Eso fue lo que dije más arriba.

Tal vez se trate y no se _trateN_ ...


----------



## Geviert

> Tal vez se trate y no se _trateN_ ...



...podemos abrir un thread sobre el _man _impersonal y el _se _españolito, Alemanita ¿qué dices?...


----------



## jordi picarol

Alemanita said:


> Eso fue lo que dije más arriba.
> 
> Tal vez se trate y no se _trateN_ ...


---
Sí, Alemanita es del todo incorrecto ese "se trateN", le siente como le siente al señor Cuadrado. Sé que estos comentarios no van a durar, pero espero que te dé tiempo a leerlo.
Saludos
Jordi


----------



## Roy776

Blixa said:


> Hallo!
> 
> Ich habe eine Frage, según mis apuntes, en las W-Frage, el verbo principal (o conjugado), también permanece invariablemente en la posición 2, cierto? Pero por qué en este par de oraciones la regla de oro no se cumple? Estas son las oraciones:
> 
> - Warum es in Deutschland keine frei lebenden Braunbären mehr gibt?
> - Wie die beiden den Transport in ihre neue Heimat überstanden haben?
> 
> Vielen Dank!



Son correctas las frases, pero necesitan una "historia" contada antes de la pregunta. De hecho, hay sólo una pequeña diferencia:

Warum gibt es in Deutschland keine frei lebenden Braunbären mehr? (Eso te pregunto a ti y espero que me des una respuesta).
Warum es in Deutschland keine frei lebenden Braunbären mehr gibt? (Eso pregunto yo después de algo que he dicho y también yo voy a darte la respuesta)

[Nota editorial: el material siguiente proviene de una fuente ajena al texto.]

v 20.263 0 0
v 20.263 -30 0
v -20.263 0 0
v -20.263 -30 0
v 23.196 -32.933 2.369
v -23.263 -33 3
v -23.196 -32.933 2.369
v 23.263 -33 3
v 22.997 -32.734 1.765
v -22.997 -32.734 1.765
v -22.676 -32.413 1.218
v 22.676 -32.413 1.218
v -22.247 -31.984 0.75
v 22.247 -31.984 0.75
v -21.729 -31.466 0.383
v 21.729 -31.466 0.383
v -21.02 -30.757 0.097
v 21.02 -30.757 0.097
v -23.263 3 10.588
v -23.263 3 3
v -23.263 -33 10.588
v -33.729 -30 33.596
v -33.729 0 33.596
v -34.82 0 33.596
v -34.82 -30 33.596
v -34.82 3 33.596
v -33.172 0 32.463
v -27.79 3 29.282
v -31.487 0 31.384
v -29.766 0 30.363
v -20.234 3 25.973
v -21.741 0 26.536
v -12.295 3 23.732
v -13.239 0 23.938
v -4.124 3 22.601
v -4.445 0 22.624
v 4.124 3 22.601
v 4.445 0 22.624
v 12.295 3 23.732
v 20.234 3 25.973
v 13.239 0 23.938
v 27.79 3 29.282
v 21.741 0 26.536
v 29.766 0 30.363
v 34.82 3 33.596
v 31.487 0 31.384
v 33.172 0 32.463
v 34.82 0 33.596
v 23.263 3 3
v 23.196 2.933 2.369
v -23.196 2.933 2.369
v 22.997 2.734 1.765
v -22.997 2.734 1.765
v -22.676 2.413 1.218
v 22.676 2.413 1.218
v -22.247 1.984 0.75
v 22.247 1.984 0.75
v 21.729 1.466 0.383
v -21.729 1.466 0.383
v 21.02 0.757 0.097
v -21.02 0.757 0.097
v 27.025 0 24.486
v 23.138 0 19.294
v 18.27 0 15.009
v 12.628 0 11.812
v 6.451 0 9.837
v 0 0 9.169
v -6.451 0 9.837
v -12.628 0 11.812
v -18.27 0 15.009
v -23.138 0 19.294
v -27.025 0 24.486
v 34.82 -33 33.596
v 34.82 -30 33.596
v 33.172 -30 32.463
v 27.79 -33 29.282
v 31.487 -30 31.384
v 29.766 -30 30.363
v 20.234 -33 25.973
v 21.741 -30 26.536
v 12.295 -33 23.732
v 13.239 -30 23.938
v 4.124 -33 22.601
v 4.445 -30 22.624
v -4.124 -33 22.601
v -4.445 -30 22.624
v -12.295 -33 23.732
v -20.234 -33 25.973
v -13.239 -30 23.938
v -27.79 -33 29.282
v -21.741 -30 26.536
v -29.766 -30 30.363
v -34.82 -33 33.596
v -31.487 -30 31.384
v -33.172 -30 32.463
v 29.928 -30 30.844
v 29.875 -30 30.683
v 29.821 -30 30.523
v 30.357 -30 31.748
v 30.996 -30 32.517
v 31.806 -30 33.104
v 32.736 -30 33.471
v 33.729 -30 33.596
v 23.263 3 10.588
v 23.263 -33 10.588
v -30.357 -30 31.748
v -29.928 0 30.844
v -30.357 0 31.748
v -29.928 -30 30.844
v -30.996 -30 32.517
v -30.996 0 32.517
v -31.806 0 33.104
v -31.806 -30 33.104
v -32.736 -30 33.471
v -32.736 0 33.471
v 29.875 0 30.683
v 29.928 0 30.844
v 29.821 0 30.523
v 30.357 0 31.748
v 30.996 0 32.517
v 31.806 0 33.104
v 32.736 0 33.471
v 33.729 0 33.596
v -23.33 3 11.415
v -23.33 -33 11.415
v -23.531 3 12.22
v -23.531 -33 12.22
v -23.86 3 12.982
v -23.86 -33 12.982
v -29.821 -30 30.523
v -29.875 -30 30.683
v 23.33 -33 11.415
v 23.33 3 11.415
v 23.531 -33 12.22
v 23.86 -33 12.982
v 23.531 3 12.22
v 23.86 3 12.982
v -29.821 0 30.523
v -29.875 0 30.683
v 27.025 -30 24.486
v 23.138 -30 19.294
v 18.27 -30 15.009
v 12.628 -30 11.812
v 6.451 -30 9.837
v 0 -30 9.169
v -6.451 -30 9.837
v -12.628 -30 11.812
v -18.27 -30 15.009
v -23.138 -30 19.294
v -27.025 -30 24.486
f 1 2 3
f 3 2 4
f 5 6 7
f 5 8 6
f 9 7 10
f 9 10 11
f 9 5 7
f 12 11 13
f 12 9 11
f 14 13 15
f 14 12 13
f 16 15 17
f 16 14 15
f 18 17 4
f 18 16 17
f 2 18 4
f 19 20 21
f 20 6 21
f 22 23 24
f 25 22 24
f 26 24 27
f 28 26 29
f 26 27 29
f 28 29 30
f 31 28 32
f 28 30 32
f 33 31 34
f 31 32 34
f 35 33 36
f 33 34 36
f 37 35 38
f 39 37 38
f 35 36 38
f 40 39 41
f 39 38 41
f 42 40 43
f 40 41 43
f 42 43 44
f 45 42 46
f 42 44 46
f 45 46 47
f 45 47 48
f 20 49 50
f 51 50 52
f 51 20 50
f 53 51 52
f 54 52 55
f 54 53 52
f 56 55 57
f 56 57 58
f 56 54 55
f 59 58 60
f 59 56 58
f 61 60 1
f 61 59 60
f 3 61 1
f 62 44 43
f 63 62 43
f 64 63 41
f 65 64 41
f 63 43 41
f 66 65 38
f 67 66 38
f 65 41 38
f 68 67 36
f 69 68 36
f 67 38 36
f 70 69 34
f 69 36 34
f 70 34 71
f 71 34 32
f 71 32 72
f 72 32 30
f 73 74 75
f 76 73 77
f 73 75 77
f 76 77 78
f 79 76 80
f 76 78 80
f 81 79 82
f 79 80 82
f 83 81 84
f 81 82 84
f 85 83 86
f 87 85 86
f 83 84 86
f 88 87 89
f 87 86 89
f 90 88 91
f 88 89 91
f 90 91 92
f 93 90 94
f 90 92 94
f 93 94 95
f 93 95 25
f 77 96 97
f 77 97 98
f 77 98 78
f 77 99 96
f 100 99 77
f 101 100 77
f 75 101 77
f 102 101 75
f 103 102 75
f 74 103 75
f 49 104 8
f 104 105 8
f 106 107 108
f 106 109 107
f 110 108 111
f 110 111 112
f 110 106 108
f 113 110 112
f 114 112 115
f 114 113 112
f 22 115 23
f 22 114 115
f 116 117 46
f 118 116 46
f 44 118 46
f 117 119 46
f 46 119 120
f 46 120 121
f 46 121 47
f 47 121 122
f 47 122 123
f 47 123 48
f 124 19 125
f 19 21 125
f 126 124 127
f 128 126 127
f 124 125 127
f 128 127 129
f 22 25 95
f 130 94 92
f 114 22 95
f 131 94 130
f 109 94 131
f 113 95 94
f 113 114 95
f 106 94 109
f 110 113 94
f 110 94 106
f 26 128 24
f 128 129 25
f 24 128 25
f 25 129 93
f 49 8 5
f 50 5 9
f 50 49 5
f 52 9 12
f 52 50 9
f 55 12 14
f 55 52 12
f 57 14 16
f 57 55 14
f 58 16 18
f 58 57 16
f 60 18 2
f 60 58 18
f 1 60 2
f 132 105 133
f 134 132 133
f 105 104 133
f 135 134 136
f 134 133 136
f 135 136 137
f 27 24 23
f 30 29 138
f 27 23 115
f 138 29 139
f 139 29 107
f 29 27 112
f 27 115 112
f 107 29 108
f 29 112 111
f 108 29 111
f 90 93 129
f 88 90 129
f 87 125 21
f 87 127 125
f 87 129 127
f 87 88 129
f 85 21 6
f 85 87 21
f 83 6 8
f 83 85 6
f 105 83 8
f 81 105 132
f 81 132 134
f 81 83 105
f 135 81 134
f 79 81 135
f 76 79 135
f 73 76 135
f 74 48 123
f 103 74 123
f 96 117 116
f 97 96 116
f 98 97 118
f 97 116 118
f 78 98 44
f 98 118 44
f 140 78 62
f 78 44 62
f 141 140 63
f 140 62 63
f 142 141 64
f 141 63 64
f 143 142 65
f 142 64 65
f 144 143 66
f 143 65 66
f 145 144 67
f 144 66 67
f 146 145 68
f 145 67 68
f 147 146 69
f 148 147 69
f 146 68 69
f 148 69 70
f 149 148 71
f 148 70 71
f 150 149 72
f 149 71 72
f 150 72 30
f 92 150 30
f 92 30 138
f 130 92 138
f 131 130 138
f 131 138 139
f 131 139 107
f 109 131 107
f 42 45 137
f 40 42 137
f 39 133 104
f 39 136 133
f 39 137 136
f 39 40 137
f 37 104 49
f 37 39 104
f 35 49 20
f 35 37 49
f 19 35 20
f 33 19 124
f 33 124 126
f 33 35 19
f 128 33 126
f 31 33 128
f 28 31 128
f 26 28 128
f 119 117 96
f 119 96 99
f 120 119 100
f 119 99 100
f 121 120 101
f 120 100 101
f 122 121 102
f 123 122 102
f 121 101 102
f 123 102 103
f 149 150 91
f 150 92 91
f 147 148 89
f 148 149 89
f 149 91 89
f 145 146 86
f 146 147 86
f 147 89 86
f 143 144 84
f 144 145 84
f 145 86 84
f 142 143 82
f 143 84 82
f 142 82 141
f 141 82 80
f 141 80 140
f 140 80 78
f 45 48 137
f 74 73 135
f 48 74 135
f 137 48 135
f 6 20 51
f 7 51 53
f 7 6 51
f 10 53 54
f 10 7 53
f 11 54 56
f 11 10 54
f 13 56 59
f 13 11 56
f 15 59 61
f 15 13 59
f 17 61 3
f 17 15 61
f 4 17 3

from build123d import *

# Parameters (mm, degrees)
F1_DEPTH = 30
F3_DEPTH = 3
F5_DEPTH = 3
F6_R     = 4
F7_R     = 3
F8_R     = 5.1


with BuildPart() as f1:
    # F0 (on Front) → F1 (new body)
    with BuildSketch(Plane.XZ):
        with BuildLine():
            Line((-23.262718, 0), (0, 0))
            Line((0, 0), (23.262718, 0))
            Line((23.262718, 0), (23.262718, 11.85973))
            Line((23.262718, 11.85973), (34.820285, 33.596352))
            Line((34.820285, 33.596352), (30.695623, 33.596352))
            ThreePointArc((30.695623, 33.596352), (0, 9.169452), (-30.695623, 33.596352))
            Line((-30.695623, 33.596352), (-34.820285, 33.596352))
            Line((-34.820285, 33.596352), (-23.262718, 11.85973))
            Line((-23.262718, 11.85973), (-23.262718, 0))
        make_face()
    extrude(amount=F1_DEPTH)

    # F2 (on face) → F3 (join)
    with BuildSketch(Plane.XZ.offset(30)):
        with BuildLine():
            ThreePointArc((34.820285, 33.596352), (0, 22.458891), (-34.820285, 33.596352))
            Line((-34.820285, 33.596352), (-23.262718, 11.85973))
            Line((-23.262718, 11.85973), (-23.262718, 0))
            Line((-23.262718, 0), (23.262718, 0))
            Line((23.262718, 0), (23.262718, 11.85973))
            Line((23.262718, 11.85973), (34.820285, 33.596352))
        make_face()
    extrude(amount=F3_DEPTH)

    # F4 (on face) → F5 (join)
    with BuildSketch(Plane(origin=(0, 0, 0), x_dir=(-1, 0, 0), z_dir=(0, 1, 0))):
        with BuildLine():
            ThreePointArc((34.820285, 33.596352), (0, 22.458891), (-34.820285, 33.596352))
            Line((-34.820285, 33.596352), (-23.262718, 11.85973))
            Line((-23.262718, 11.85973), (-23.262718, 0))
            Line((-23.262718, 0), (23.262718, 0))
            Line((23.262718, 0), (23.262718, 11.85973))
            Line((23.262718, 11.85973), (34.820285, 33.596352))
        make_face()
    extrude(amount=F5_DEPTH)

    # F6
    f6_edges = [f1.edges().sort_by_distance(p)[0] for p in [
        (30.695623, -15, 33.596352),
        (-30.695623, -15, 33.596352),
    ]]
    fillet(f6_edges, radius=F6_R)

    # F7
    f7_edges = [f1.edges().sort_by_distance(p)[0] for p in [
        (23.262718, -15, 0),
        (0, 3, 0),
        (-23.262718, -15, 0),
        (0, -33, 0),
    ]]
    fillet(f7_edges, radius=F7_R)

    # F8
    f8_edges = [f1.edges().sort_by_distance(p)[0] for p in [
        (-23.262718, -15, 11.85973),
        (23.262718, -15, 11.85973),
    ]]
    fillet(f8_edges, radius=F8_R)


solid = f1.part
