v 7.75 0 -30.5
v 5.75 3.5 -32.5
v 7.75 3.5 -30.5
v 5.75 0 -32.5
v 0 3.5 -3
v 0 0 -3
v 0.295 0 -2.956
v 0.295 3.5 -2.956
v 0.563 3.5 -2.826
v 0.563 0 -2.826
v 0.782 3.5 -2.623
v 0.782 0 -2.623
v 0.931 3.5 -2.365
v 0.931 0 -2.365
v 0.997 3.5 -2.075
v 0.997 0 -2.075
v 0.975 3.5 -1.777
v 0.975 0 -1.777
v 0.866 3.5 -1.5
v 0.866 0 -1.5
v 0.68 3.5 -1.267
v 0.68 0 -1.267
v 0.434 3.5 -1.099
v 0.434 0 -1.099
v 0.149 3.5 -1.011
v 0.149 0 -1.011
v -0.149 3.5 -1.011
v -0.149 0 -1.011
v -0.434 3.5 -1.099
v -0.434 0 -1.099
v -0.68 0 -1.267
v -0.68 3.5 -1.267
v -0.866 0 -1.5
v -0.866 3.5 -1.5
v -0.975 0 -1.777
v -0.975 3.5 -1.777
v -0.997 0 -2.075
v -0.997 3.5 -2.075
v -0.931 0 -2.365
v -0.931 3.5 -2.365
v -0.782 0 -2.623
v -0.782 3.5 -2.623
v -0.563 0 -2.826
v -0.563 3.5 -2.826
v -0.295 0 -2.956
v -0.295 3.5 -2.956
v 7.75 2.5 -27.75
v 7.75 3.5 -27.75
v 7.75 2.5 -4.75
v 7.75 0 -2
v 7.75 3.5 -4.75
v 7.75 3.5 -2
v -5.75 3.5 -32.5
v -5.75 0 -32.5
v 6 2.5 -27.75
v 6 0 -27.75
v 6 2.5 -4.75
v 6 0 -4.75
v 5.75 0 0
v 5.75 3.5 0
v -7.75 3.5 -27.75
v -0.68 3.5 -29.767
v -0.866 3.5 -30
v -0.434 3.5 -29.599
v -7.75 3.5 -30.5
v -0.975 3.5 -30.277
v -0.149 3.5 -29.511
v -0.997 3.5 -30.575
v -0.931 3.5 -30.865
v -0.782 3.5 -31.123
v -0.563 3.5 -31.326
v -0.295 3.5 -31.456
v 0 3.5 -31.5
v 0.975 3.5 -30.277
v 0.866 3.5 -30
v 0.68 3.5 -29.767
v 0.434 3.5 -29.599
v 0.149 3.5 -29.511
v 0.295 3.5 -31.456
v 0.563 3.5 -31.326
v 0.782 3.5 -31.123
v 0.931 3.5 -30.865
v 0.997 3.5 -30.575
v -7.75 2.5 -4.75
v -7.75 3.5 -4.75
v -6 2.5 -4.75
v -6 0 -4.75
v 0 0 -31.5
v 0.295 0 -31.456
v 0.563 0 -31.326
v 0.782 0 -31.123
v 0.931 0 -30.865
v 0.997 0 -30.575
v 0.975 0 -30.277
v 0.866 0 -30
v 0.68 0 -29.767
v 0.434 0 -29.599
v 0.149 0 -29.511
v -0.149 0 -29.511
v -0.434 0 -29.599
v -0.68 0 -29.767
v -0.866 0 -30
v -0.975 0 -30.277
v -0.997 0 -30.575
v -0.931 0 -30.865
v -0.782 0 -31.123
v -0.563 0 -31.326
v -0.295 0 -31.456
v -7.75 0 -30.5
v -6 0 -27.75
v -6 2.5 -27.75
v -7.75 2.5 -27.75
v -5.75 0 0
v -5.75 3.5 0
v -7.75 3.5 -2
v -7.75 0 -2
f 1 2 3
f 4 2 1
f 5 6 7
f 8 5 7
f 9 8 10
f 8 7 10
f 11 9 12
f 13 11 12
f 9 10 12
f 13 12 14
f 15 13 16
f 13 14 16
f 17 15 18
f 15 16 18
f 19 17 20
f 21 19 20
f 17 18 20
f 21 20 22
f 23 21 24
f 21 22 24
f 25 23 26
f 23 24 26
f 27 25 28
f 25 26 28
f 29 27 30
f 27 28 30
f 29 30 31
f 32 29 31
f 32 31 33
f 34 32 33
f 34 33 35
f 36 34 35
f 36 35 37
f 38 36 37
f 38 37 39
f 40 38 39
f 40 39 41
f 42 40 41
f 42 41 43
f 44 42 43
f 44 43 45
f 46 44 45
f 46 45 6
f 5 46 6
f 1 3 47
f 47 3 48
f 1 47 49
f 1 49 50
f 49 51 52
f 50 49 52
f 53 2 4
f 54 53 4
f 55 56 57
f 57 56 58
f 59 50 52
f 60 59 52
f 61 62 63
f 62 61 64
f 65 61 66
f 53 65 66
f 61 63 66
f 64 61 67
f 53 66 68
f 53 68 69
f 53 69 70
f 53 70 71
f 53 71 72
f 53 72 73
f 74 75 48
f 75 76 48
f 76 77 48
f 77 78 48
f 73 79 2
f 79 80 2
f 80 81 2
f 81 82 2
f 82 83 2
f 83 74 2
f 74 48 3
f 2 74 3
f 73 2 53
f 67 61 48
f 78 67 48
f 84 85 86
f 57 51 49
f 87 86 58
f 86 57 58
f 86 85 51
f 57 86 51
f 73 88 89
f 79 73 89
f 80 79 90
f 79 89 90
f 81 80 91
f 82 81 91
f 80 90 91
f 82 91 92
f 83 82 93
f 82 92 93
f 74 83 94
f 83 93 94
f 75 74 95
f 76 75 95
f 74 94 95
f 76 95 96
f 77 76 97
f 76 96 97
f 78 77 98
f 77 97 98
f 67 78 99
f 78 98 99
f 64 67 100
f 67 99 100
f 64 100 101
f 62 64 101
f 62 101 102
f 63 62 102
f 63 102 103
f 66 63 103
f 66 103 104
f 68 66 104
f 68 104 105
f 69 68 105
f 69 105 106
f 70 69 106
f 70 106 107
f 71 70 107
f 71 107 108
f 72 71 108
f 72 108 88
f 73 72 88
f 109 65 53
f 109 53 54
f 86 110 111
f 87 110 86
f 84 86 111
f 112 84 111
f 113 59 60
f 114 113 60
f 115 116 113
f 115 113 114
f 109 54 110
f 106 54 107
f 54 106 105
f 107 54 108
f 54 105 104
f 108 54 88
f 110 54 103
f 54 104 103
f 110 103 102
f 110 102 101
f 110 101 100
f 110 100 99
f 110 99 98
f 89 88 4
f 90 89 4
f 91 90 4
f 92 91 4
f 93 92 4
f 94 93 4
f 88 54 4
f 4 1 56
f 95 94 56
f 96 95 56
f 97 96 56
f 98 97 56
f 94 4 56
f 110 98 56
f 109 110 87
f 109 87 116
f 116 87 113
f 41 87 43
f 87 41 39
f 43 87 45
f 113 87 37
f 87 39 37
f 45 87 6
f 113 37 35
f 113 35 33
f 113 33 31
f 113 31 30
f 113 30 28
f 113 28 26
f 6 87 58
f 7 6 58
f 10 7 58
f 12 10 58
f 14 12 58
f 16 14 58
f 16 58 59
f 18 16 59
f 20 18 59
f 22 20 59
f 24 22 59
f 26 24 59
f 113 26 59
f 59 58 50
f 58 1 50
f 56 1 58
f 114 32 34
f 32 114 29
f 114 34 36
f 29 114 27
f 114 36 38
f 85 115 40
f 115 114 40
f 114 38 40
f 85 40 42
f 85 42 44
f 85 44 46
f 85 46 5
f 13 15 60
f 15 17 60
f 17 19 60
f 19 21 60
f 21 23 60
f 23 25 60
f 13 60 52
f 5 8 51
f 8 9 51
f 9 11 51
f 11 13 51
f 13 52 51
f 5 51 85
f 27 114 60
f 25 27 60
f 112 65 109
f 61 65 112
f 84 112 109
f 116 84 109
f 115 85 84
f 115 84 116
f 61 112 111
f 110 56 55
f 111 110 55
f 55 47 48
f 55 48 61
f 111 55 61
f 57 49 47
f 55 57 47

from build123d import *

# Parameters (mm, degrees)
EXTRUDE_1_DEPTH     = 7.75
SKETCH_3_R          = 1
SKETCH_3_W          = 12
SKETCH_3_H          = 23
CUT_EXTRUDE_1_DEPTH = 34.594084301
CHAMFER_1_SIZE      = 2


with BuildPart() as part:
    # 草圖2 → 填料-伸長1 (new, symmetric)
    with BuildSketch(Plane(origin=(0, 0, 0), x_dir=(0, 0, -1), z_dir=(1, 0, 0))):
        Polygon((27.75, 3.5), (32.5, 3.5), (32.5, 0), (0, 0), (0, 3.5), (4.75, 3.5), (4.75, 2.5), (27.75, 2.5), align=None)
    extrude(amount=EXTRUDE_1_DEPTH, both=True)

    # 草圖3 → 除料-伸長1 (cut, through all)
    with BuildSketch(Plane.XZ):
        with Locations(Location((0, -2, 0), (0, 0, 270))):
            Circle(SKETCH_3_R)
        with Locations(Location((0, -30.5, 0), (0, 0, 270))):
            Circle(SKETCH_3_R)
        with Locations((0, -16.25)):
            Rectangle(SKETCH_3_W, SKETCH_3_H)
    extrude(amount=-CUT_EXTRUDE_1_DEPTH, mode=Mode.SUBTRACT)

    # 導角1
    chamfer_1_edges = [part.edges().sort_by_distance(p)[0] for p in [
        (7.75, 1.75, -32.5),
        (-7.75, 1.75, 0),
        (7.75, 1.75, 0),
        (-7.75, 1.75, -32.5),
    ]]
    chamfer(chamfer_1_edges, length=CHAMFER_1_SIZE)


solid = part.part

¿Veis? La primera se usa si realmente preguntas a una otra persona. La segunda versión se usa si vas a dar la respuesta tú mismo y quieres dejar a los oyentes saberlo.

Usemos otra pregunta.

*Person 1:* "Die beiden Trucker haben den langen und beschwerlichen Weg durch die Eiswüste erfolgreich hinter sich gebracht. Wie sie diese Reise überstanden haben? Nun, das ist eine längere Geschichte."
*Persona 1:* "Los dos camioneros han conseguido terminar exitosamente el camino largo y dificultoso por el desierto frío. ¿Cómo aguantaban el viaje? Pues, esto es una historia larga."

pero

*Person 1:* "Die beiden Trucker haben den langen und beschwerlichen Weg durch die Eiswüste erfolgreich hinter sich gebracht."
*Person 2:* "Wie haben sie diese Reise überstanden?"
*Person 1:* "Nun, das ist eine längere Geschichte.."

*Persona 1:* "Los dos camioneros han conseguido terminar exitosamente el camino largo y dificultoso por el desierto frío." 
*Persona 2: *"¿Cómo aguantaban el viaje?"
*Persona 1:* "Pues, esto es una historia larga."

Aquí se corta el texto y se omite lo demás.